In this Instructable we'll cover several ways to find the volume of a sphere - a locus of points that are equidistant to a fixed center in a 3D space.

What you're going to possibly need:

A Sphere
Distance measuring tool (ruler, caliper)
Calculator/Pen+Paper
Graduated cylinder + water
A brain (you're on Instructables.com - you've already got this...I'm not going to stress common sense all that much)

Step 1: The Volume Formula

The volume of a sphere is (4/3)*pi*r³
where:

4/3 is a constant
Pi is a constant that for our purposes will = 3.14
r is the radius of the sphere, which is the distance from the center of the sphere to any point on that sphere's surface

Step 2: Gathering Information

Luckily, the only piece of information we need is the radius of the sphere. There are several ways we can find the radius of a sphere. The more practical ways include deriving the radius from the diameter or the circumference.

You already know this, but:

Diameter - the longest segment that can exist within the sphere; this is 2*the radius
Circumference - the length of a circle projected by the sphere; this is 2*pi* the radius

You can quickly approximate the diameter of the sphere by holding a ruler against the longest part of the sphere. Match up the beginning of the ruler with your right eye closed; then take the measurement with your left eye closed. This gives you a terrible approximation, but an approximation nonetheless. After finding the diameter, simply divide it by 2 to yield the radius.

You can find the circumference most easily by taking a string or a wire and wrapping it across the longest portion of the sphere. Then measure the length of the string. After finding the circumference, divide by 2*pi to yield the radius.

Step 3: Plug'n'Play

Once you've found the radius, it's only a matter of plugging it into the equation!

Step 4: Finished...but There's More! =O

Essentially, with a bit of common sense, it only takes the former 2 steps to find the volume of a sphere.
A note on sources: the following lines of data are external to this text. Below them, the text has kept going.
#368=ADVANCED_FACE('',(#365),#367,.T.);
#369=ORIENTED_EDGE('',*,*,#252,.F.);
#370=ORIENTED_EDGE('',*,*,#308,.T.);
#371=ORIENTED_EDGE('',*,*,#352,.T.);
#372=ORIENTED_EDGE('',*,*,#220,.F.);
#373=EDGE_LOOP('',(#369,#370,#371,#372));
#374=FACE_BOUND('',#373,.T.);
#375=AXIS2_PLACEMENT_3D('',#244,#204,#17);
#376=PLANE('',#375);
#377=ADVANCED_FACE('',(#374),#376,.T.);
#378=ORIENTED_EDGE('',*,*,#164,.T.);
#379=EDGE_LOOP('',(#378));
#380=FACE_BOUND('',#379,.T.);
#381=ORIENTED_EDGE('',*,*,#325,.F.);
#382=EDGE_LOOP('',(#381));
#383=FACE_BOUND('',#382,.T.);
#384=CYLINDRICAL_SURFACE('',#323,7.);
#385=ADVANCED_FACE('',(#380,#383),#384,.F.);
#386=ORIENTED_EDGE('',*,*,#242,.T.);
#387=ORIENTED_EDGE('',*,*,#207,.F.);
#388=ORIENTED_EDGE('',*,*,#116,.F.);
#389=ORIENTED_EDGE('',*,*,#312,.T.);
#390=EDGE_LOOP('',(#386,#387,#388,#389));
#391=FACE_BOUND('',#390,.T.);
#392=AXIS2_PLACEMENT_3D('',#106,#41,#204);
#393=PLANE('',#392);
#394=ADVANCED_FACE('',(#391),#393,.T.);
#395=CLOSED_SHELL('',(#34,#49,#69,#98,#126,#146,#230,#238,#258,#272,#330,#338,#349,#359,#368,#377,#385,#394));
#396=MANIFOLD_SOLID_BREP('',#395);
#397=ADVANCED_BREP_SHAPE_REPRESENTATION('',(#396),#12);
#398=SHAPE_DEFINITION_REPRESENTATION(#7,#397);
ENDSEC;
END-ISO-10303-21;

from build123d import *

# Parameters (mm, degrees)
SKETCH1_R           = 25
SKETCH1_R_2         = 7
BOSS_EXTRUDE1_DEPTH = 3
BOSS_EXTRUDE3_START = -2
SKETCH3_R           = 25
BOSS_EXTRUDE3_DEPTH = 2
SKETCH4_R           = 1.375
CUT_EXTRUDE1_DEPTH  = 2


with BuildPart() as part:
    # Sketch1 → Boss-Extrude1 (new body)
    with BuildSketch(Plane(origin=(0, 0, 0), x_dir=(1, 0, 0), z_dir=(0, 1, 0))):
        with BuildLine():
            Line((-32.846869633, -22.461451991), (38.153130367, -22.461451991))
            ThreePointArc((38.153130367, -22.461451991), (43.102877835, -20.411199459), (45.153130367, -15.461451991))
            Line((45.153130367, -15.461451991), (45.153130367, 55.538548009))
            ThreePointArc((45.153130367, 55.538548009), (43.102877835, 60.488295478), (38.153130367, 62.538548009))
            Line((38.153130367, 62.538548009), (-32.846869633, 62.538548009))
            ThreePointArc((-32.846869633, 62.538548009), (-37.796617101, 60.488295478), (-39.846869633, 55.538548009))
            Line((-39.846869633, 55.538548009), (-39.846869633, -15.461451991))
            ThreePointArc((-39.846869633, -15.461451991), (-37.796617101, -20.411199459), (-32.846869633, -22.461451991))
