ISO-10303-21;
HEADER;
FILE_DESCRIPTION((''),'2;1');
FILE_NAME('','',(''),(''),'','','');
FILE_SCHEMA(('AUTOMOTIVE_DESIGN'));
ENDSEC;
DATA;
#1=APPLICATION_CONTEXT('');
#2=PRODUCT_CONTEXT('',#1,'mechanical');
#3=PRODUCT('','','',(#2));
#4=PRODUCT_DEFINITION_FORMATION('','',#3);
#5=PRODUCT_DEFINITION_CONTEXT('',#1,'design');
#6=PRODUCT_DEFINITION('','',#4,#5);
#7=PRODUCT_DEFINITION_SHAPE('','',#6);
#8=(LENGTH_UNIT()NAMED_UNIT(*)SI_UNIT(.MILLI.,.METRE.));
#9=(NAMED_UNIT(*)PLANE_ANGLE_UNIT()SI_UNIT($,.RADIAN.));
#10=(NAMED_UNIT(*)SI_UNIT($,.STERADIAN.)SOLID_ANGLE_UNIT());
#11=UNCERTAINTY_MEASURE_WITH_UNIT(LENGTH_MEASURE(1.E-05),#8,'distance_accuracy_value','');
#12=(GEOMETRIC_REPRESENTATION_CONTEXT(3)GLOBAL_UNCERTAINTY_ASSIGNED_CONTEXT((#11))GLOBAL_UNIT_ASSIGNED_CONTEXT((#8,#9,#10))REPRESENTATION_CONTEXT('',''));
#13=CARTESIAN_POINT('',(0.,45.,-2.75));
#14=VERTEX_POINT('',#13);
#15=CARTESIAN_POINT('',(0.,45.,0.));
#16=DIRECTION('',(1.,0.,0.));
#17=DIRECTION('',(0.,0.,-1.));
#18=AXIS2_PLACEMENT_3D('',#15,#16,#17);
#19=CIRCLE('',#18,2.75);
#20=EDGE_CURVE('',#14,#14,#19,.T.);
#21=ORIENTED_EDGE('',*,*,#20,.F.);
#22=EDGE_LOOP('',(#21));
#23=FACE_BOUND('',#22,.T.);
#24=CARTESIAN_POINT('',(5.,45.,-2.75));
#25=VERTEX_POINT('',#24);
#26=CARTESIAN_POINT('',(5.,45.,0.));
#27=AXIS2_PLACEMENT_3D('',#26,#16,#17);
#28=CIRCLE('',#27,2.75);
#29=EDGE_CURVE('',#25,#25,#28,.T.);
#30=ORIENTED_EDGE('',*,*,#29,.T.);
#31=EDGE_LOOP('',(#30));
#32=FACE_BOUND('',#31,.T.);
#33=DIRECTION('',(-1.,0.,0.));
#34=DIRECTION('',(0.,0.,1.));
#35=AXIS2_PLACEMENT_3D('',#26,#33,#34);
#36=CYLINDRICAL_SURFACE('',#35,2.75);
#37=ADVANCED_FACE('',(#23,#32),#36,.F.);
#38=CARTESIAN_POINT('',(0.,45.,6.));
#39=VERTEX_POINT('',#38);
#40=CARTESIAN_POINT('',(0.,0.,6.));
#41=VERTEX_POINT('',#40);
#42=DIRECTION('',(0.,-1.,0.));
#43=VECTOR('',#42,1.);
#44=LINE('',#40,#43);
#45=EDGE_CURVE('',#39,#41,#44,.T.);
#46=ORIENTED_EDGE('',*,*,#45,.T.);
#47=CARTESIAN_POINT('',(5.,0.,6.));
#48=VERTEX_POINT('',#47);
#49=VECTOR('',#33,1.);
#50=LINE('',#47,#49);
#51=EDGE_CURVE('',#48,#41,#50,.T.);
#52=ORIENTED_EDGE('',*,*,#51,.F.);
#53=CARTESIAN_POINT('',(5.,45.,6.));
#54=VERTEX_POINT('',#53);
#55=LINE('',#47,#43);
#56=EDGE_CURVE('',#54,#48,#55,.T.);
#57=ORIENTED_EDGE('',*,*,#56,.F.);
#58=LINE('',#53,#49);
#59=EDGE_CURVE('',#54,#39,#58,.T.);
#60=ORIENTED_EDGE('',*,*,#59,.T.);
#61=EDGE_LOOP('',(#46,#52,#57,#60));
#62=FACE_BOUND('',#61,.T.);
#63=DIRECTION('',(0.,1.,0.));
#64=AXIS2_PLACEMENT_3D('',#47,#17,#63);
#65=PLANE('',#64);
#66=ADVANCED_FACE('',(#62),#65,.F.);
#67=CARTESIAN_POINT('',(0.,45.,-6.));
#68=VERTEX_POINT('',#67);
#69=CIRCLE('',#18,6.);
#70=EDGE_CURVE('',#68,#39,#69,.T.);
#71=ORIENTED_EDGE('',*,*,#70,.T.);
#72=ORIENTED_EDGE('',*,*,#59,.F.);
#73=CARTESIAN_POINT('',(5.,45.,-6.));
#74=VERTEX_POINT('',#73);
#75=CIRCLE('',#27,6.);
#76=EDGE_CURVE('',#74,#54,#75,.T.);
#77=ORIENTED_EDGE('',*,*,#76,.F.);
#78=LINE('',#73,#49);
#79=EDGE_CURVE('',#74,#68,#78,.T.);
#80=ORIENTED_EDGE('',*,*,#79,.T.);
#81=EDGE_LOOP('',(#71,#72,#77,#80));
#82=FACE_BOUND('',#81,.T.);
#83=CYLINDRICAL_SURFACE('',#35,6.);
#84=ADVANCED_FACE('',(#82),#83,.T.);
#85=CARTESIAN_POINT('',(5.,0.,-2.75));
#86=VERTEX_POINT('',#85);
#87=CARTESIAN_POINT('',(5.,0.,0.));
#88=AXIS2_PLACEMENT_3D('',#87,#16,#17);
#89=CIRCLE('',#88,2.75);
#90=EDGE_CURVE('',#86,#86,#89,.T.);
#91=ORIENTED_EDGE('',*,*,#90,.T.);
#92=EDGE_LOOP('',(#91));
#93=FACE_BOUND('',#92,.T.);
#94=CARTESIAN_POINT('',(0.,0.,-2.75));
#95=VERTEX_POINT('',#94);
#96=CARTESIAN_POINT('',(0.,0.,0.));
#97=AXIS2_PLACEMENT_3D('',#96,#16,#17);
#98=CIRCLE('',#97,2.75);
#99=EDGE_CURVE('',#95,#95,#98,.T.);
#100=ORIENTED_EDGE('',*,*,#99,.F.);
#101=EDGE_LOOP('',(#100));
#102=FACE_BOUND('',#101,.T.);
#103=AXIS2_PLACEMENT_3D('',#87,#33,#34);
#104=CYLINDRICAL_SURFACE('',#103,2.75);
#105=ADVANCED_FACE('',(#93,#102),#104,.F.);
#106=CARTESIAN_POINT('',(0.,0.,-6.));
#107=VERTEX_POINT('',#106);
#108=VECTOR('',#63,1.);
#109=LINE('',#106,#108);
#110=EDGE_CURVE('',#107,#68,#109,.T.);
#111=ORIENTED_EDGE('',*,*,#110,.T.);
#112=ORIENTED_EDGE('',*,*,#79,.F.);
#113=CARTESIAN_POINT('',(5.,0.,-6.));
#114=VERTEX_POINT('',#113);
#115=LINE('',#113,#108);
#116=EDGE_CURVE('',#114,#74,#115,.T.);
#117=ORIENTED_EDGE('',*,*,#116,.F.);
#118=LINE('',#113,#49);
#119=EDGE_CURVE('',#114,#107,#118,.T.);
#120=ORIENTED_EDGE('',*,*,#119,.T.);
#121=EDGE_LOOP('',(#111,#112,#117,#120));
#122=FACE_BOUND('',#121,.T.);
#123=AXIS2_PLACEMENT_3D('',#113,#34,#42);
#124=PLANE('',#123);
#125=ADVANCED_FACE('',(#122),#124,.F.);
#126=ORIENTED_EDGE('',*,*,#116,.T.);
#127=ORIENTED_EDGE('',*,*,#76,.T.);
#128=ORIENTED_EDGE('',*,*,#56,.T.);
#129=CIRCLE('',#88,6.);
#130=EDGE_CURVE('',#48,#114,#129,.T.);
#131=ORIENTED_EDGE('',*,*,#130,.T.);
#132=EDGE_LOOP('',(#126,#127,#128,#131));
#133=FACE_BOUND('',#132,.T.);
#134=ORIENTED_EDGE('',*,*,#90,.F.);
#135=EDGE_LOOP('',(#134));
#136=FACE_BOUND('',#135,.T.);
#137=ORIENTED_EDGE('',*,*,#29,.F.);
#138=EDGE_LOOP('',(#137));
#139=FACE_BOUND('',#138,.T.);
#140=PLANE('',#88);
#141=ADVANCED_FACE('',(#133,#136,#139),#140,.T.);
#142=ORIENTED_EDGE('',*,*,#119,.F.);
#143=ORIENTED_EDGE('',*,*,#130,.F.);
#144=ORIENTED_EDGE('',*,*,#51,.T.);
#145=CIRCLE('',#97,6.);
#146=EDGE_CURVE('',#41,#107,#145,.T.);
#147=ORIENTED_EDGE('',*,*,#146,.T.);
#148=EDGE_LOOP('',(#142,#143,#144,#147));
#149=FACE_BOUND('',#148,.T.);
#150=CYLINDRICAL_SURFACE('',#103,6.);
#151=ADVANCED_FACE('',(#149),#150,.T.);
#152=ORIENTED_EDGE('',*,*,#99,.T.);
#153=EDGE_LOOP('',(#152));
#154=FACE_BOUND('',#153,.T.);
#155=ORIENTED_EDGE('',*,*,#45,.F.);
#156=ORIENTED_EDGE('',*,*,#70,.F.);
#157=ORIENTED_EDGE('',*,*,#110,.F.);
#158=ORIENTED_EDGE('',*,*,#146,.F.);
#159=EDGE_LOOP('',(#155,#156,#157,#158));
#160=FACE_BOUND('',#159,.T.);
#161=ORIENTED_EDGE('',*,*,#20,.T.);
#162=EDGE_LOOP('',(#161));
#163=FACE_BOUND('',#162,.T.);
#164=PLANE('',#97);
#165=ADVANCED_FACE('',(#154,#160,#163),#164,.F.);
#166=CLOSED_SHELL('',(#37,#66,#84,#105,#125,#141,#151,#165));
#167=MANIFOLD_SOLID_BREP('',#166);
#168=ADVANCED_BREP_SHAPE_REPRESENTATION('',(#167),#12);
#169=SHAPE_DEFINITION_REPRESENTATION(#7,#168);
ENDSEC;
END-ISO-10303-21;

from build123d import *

# Parameters (mm, degrees)
SKETCH1_R           = 2.75
BOSS_EXTRUDE1_DEPTH = 5


with BuildPart() as part:
    # Sketch1 → Boss-Extrude1 (new body)
    with BuildSketch(Plane.YZ):
        with BuildLine():
            Line((0, 6), (45, 6))
            ThreePointArc((45, 6), (51, 0), (45, -6))
            Line((45, -6), (0, -6))
            ThreePointArc((0, -6), (-6, 0), (0, 6))
        make_face()
        with Locations(Location((0, 0, 0), (0, 0, 270))):
            Circle(SKETCH1_R, mode=Mode.SUBTRACT)
        with Locations(Location((45, 0, 0), (0, 0, 270))):
            Circle(SKETCH1_R, mode=Mode.SUBTRACT)
    extrude(amount=BOSS_EXTRUDE1_DEPTH)


solid = part.part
However, maybe some of you wonder why the volume formula is the way it is.

Step 5: Proving the Formula - Disc Integration Method

One way to think of a sphere, is to imagine it as an infinite number of discs. If we found the volume of all of these discs and summed up their individual volumes, we would end up with the volume of the sphere!

With some calculus and some knowledge on the volume of cylinders, we can prove the volume of a sphere!

The pictures below should be able to guide your through the proof...

I've also included the Google SketchUp model, if anyone wants.

Sphere_Disc.skp
Download

Step 6: Proving the Formula - Cylindrical Shell Integration Method

Another way to think of a sphere, is to imagine it as an infinite number of cylindrical shells within one another. The only difference between this and the disc method, is that we're filling the sphere up with a difference shape. But we're still going to sum up the total volume of these shells to find the total volume of the sphere.

The easiest way to find the are of a cylindrical shell is to unravel it into a rectangular prism.

If we recall that the circumference of a circle is 2*pi*radius, and in this case the radius = x , then the circumference will be 2*pi*x, which is the length of the unraveled shell. Other than that, the height of the unraveled shell is still 2y.

Again, the proof is the last picture below. and the SketchUp file is also included

Sphere _Shell.skp
Download

Step 7: Water Displacement Method

A method of finding the volume of a sphere with minimal calculations is to use the Water Displacement Method:

Fill a beaker or graduated cylinder with enough water to completely immerse the sphere in.
Record the baseline initial measurement
Drop the sphere in
Record final measurement
Subtract the initial volume from the final volume ~ this is the volume of the sphere!